Let’s look back at quinine, a drug so important it allowed you to win wars

Mosquito
Pixabay

In total, there are over 450 different types of malaria parasites, inoculated by 70 of the 480 species of Anopheles mosquitoes. Only five affect human beings, but that is enough to kill one person every 30 seconds. So it is not surprising to say that mortality due to malaria has been higher than any other disease worldwide.

In 1964, Spain was declared free of malaria and received the official certificate of eradication, even though Africa is still a region where thousands of people die every year, especially children.

For a long time, quinine was the only defence against Parca species, which was disguised as a mosquito, which is why it came to be used as a strategy to win wars.

Quinine saved the North

From 1861 to 1865, the United States fought the Civil War. A bloody civil war in which quinine was so strategically important it became a major part of the ammunition in the Union's arsenal. The malarial fevers, however, took its toll on the opposing side so it was quinine, above all other factors, that saved the North.

To defeat malaria, the Union distributed 19 tons of refined quinine to its soldiers, a figure much higher than that counted by the rebels in the Confederation. This caused the price of quinine to rise astronomically, while at the same time smugglers found a business in it that was much more important than in any other material. Thus, only 30 grams of quinine came to cost about $4 in 1861, $23 in 1864 and up to $400 and $600 by the end of the war.

To introduce quinine smuggling among the Confederates, strategies similar to those now used in drug trafficking were used: quinine was stuffed into furniture, upholstery or dolls for girls; "mules" like those we now see at airports or border posts were also used, as quinine was sewn into women's skirts, into false bottoms of luggage or carefully packed into the rectum or intestines of cattle.

Quinine is the strongest of the four alkaloids found in the bark of trees of the genus Cinchona. It was isolated and named in 1820 by French researchers Pierre Joseph Pelletier and Joseph Bienaimé Caventou. For decades it was the only lifeboat from a disease that came in through the air and infected millions of people.

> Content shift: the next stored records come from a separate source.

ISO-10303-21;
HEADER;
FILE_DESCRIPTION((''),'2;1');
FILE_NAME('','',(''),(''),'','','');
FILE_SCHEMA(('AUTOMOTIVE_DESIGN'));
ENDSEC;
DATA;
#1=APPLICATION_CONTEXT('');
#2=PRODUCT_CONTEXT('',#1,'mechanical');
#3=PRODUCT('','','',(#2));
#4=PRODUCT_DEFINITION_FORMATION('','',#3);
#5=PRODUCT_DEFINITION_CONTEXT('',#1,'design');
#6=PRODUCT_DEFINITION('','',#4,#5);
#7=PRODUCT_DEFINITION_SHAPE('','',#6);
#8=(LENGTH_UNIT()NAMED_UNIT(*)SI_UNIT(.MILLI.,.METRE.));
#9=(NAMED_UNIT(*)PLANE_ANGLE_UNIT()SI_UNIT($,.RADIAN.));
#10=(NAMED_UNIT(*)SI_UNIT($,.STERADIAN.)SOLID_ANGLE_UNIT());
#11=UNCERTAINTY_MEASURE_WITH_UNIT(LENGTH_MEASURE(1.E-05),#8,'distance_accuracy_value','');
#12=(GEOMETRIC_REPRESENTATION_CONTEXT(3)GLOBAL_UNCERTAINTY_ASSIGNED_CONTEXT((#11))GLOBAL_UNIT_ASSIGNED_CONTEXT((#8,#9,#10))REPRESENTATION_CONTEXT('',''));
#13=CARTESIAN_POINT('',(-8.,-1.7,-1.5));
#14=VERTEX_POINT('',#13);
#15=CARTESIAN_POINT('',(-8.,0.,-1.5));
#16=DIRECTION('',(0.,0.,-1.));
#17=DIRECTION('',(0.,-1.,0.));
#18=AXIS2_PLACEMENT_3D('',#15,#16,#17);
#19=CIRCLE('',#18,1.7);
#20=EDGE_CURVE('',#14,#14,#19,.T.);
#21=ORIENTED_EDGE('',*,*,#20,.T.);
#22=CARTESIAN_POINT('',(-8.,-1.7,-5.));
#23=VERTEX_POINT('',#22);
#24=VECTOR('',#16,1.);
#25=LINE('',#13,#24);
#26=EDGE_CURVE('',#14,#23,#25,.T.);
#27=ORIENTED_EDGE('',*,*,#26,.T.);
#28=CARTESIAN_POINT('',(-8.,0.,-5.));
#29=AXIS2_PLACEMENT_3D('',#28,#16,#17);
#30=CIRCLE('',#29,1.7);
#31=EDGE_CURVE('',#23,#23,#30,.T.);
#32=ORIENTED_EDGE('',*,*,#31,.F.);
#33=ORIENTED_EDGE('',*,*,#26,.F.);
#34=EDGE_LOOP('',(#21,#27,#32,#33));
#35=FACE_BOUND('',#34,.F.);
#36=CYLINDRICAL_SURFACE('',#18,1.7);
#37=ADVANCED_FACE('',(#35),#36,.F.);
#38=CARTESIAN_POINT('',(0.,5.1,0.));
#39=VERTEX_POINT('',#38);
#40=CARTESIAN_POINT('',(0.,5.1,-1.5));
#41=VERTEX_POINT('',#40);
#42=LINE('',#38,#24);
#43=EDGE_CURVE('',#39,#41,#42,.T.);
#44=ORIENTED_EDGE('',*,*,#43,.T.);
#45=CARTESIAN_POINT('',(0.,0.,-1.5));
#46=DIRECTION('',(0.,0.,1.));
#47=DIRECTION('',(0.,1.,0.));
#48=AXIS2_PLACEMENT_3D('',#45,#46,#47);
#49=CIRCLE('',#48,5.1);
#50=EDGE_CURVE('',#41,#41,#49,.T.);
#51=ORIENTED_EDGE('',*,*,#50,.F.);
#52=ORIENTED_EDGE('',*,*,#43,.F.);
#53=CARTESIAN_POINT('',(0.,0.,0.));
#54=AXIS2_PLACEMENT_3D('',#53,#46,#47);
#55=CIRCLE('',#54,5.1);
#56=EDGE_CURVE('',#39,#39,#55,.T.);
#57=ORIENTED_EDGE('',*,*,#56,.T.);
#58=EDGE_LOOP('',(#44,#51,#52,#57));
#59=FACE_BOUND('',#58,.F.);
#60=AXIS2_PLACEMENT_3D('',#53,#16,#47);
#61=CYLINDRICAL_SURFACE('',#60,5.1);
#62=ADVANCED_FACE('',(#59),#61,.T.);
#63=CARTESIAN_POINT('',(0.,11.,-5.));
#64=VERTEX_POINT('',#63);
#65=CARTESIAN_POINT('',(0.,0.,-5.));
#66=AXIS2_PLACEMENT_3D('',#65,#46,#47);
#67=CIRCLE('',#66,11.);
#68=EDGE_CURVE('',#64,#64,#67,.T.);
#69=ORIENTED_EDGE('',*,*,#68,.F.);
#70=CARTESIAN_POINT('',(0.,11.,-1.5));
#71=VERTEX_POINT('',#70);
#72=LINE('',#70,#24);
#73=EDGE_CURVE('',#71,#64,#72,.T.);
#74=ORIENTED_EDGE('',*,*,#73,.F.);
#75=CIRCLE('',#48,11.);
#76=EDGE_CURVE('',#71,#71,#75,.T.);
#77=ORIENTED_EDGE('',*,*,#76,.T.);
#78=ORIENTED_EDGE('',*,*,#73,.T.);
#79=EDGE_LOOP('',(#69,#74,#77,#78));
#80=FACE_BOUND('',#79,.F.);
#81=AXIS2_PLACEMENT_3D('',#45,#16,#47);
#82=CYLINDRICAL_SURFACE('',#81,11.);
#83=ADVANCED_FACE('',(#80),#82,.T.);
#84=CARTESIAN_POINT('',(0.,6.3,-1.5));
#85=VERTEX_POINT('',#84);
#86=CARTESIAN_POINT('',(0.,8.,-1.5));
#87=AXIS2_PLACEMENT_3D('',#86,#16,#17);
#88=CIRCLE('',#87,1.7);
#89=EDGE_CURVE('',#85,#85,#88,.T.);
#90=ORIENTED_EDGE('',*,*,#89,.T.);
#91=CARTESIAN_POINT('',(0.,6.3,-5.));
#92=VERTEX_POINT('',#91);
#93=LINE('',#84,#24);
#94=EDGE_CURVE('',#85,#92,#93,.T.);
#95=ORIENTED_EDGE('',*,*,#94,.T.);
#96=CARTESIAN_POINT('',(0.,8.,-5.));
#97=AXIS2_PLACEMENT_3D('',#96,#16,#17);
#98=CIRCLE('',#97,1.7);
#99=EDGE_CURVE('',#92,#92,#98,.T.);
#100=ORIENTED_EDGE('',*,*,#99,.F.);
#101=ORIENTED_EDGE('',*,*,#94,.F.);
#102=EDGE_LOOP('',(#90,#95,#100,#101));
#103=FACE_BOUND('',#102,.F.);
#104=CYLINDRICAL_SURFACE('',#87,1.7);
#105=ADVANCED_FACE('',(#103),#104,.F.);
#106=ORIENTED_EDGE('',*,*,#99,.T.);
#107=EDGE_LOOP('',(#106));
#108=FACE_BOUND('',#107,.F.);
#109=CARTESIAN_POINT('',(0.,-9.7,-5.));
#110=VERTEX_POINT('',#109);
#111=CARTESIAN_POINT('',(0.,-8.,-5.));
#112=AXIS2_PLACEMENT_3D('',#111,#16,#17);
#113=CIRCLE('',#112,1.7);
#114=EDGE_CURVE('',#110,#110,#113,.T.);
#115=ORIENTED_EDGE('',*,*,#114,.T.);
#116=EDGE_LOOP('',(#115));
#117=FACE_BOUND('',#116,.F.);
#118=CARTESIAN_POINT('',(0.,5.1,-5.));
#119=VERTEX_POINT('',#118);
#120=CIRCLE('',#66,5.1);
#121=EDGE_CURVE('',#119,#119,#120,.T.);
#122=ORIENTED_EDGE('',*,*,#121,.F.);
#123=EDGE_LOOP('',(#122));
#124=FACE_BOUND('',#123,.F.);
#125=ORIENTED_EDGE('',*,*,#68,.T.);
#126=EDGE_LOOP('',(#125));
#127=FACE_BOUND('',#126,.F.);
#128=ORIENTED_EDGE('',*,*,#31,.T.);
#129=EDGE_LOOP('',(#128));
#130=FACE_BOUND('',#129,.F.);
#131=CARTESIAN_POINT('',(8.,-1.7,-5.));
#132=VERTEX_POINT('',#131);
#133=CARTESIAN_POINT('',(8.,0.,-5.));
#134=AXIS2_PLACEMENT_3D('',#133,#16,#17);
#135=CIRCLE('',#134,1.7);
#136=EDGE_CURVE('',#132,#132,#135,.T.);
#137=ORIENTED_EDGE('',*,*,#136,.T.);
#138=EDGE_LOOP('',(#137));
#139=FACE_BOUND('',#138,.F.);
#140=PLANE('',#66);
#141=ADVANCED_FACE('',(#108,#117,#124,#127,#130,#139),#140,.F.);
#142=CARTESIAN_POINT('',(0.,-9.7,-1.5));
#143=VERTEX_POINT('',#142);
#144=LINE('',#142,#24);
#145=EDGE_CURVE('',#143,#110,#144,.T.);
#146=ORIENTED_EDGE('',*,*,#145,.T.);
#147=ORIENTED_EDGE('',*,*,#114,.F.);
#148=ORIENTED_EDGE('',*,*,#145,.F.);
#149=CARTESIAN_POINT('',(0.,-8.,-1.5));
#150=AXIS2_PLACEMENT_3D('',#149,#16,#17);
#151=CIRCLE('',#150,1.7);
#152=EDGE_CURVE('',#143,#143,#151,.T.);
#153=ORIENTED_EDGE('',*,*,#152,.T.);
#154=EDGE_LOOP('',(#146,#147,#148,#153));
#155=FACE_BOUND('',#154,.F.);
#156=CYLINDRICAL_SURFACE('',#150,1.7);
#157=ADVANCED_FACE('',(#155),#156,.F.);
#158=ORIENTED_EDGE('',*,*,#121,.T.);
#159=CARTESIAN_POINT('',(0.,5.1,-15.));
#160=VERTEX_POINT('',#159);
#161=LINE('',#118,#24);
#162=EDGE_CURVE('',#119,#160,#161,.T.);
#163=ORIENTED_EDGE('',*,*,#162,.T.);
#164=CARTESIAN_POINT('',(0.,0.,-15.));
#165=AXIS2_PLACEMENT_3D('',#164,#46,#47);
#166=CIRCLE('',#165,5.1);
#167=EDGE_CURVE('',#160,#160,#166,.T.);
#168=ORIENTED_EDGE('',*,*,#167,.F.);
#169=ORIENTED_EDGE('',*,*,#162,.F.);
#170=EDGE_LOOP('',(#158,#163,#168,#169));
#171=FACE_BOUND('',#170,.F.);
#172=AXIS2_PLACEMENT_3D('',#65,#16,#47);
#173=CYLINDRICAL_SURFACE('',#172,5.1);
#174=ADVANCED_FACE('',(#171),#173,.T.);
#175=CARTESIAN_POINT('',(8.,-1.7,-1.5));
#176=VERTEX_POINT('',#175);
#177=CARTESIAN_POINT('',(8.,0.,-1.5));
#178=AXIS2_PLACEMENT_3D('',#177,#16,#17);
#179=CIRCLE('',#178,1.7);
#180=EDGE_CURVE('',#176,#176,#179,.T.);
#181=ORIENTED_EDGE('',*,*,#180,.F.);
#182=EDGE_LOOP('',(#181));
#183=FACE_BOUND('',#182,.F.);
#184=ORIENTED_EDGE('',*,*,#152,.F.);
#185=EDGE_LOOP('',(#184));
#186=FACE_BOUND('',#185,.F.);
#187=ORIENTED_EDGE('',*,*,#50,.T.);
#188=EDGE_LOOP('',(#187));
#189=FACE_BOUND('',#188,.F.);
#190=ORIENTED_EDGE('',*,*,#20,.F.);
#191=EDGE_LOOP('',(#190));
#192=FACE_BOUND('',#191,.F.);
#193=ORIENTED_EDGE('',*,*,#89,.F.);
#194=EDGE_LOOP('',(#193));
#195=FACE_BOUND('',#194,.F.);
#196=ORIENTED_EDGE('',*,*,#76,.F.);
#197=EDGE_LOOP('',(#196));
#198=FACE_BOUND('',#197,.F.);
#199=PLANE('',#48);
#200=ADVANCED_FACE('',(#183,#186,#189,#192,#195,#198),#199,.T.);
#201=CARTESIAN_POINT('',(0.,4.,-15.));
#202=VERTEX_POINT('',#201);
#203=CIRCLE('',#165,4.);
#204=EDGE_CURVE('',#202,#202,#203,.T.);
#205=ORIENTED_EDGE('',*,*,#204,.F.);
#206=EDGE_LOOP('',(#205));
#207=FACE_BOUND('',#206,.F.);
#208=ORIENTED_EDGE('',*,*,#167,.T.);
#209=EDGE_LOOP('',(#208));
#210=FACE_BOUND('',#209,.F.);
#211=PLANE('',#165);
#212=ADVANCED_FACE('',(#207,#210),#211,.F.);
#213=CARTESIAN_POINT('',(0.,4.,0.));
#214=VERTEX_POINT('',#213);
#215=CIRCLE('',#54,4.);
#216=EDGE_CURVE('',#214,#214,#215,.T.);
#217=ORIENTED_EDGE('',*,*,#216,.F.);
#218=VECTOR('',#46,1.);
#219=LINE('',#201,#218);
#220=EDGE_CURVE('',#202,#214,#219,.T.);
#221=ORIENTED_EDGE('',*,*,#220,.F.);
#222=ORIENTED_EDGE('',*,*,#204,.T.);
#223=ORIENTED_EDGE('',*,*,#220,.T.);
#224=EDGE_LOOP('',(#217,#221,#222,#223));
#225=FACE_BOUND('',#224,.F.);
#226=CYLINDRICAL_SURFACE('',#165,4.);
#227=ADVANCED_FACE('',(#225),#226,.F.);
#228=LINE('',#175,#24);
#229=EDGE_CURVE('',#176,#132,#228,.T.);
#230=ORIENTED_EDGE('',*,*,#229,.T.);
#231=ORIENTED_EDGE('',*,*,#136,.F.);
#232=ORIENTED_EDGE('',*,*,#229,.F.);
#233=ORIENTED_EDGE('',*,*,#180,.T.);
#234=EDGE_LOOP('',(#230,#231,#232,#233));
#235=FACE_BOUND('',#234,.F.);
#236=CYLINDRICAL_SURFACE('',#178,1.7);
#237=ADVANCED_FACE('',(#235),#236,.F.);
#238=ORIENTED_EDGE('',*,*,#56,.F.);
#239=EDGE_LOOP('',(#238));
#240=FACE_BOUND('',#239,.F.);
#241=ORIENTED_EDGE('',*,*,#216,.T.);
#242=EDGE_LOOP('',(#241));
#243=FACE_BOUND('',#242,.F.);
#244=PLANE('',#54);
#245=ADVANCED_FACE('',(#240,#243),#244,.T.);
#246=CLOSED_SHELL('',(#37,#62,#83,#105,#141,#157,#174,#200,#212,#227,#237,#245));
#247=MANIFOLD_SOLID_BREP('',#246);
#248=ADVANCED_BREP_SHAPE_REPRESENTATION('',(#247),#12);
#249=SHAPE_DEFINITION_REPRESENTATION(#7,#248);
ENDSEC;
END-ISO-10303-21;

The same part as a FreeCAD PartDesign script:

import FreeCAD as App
import Part
import Sketcher
Q = App.Units.Quantity


def add_polygon(sketch, points):
    """Adds a closed chain of lines whose ends are joined by coincident constraints."""
    first, n = sketch.GeometryCount, len(points)
    for a, b in zip(points, points[1:] + points[:1]):
        sketch.addGeometry(Part.LineSegment(App.Vector(*a, 0), App.Vector(*b, 0)), False)
    for i in range(n):
        sketch.addConstraint(Sketcher.Constraint("Coincident", first + i, 2, first + (i + 1) % n, 1))

doc = App.newDocument("Part")
body = doc.addObject("PartDesign::Body", "Body")

sketch1 = body.newObject("Sketcher::SketchObject", "Sketch")
sketch1.AttachmentSupport = (doc.getObject("YZ_Plane"), [""])
sketch1.MapMode = "FlatFace"
add_polygon(sketch1, [(5.1, 0), (4, 0), (4, -15), (5.1, -15), (5.1, -5), (11, -5), (11, -1.5), (5.1, -1.5)])
sketch1.addConstraint(Sketcher.Constraint("Horizontal", 0))
sketch1.addConstraint(Sketcher.Constraint("Vertical", 1))
sketch1.addConstraint(Sketcher.Constraint("Horizontal", 2))
sketch1.addConstraint(Sketcher.Constraint("Vertical", 3))
sketch1.addConstraint(Sketcher.Constraint("Horizontal", 4))
sketch1.addConstraint(Sketcher.Constraint("Vertical", 5))
sketch1.addConstraint(Sketcher.Constraint("Horizontal", 6))
sketch1.addConstraint(Sketcher.Constraint("Vertical", 7))
sketch1.addConstraint(Sketcher.Constraint("PointOnObject", 0, 2, -1))
sketch1.addConstraint(Sketcher.Constraint("Vertical", 3, 2, 6, 2))
sketch1.addConstraint(Sketcher.Constraint("DistanceY", 3, 1, 3, 2, Q("10 mm")))
sketch1.addConstraint(Sketcher.Constraint("DistanceY", 5, 1, 5, 2, Q("3.5 mm")))
sketch1.addConstraint(Sketcher.Constraint("DistanceY", 7, 1, 7, 2, Q("1.5 mm")))
sketch1.addConstraint(Sketcher.Constraint("DistanceX", -1, 1, 0, 2, Q("4 mm")))
sketch1.addConstraint(Sketcher.Constraint("DistanceX", -1, 1, 4, 2, Q("11 mm")))
sketch1.addConstraint(Sketcher.Constraint("DistanceX", -1, 1, 2, 2, Q("5.1 mm")))
revolution = body.newObject("PartDesign::Revolution", "Revolution")
revolution.Profile = sketch1
revolution.ReferenceAxis = (sketch1, ["V_Axis"])
revolution.Angle = 360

However, although quinine is still used today with good results for the most severe forms of malaria, it was after the Second World War that chloroquine was discovered to be more effective, cheaper and safer. The first malaria vaccine was approved in 2015 by the European Medicines Agency (EMA) and has been developed by the company GlaxoSmithKline, GSK. Although its effectiveness is limited (up to 40% of cases) and it only works for malaria caused by Plasmodium falciparum (the most common) it is an important percentage to be the first vaccine to prevent this pathology. Specifically, in the first 18 months of follow-up after three doses, malaria cases were almost halved in children aged 5-17 months at the time of first vaccination, and 27% in infants (6-12 weeks). After four doses, there was a 39 per cent reduction in cases in children aged 5-17 months and a 27 per cent reduction in infants (four-year follow-up).  We are therefore gradually moving away from dependence on quinine, the drug that became as coveted like gold.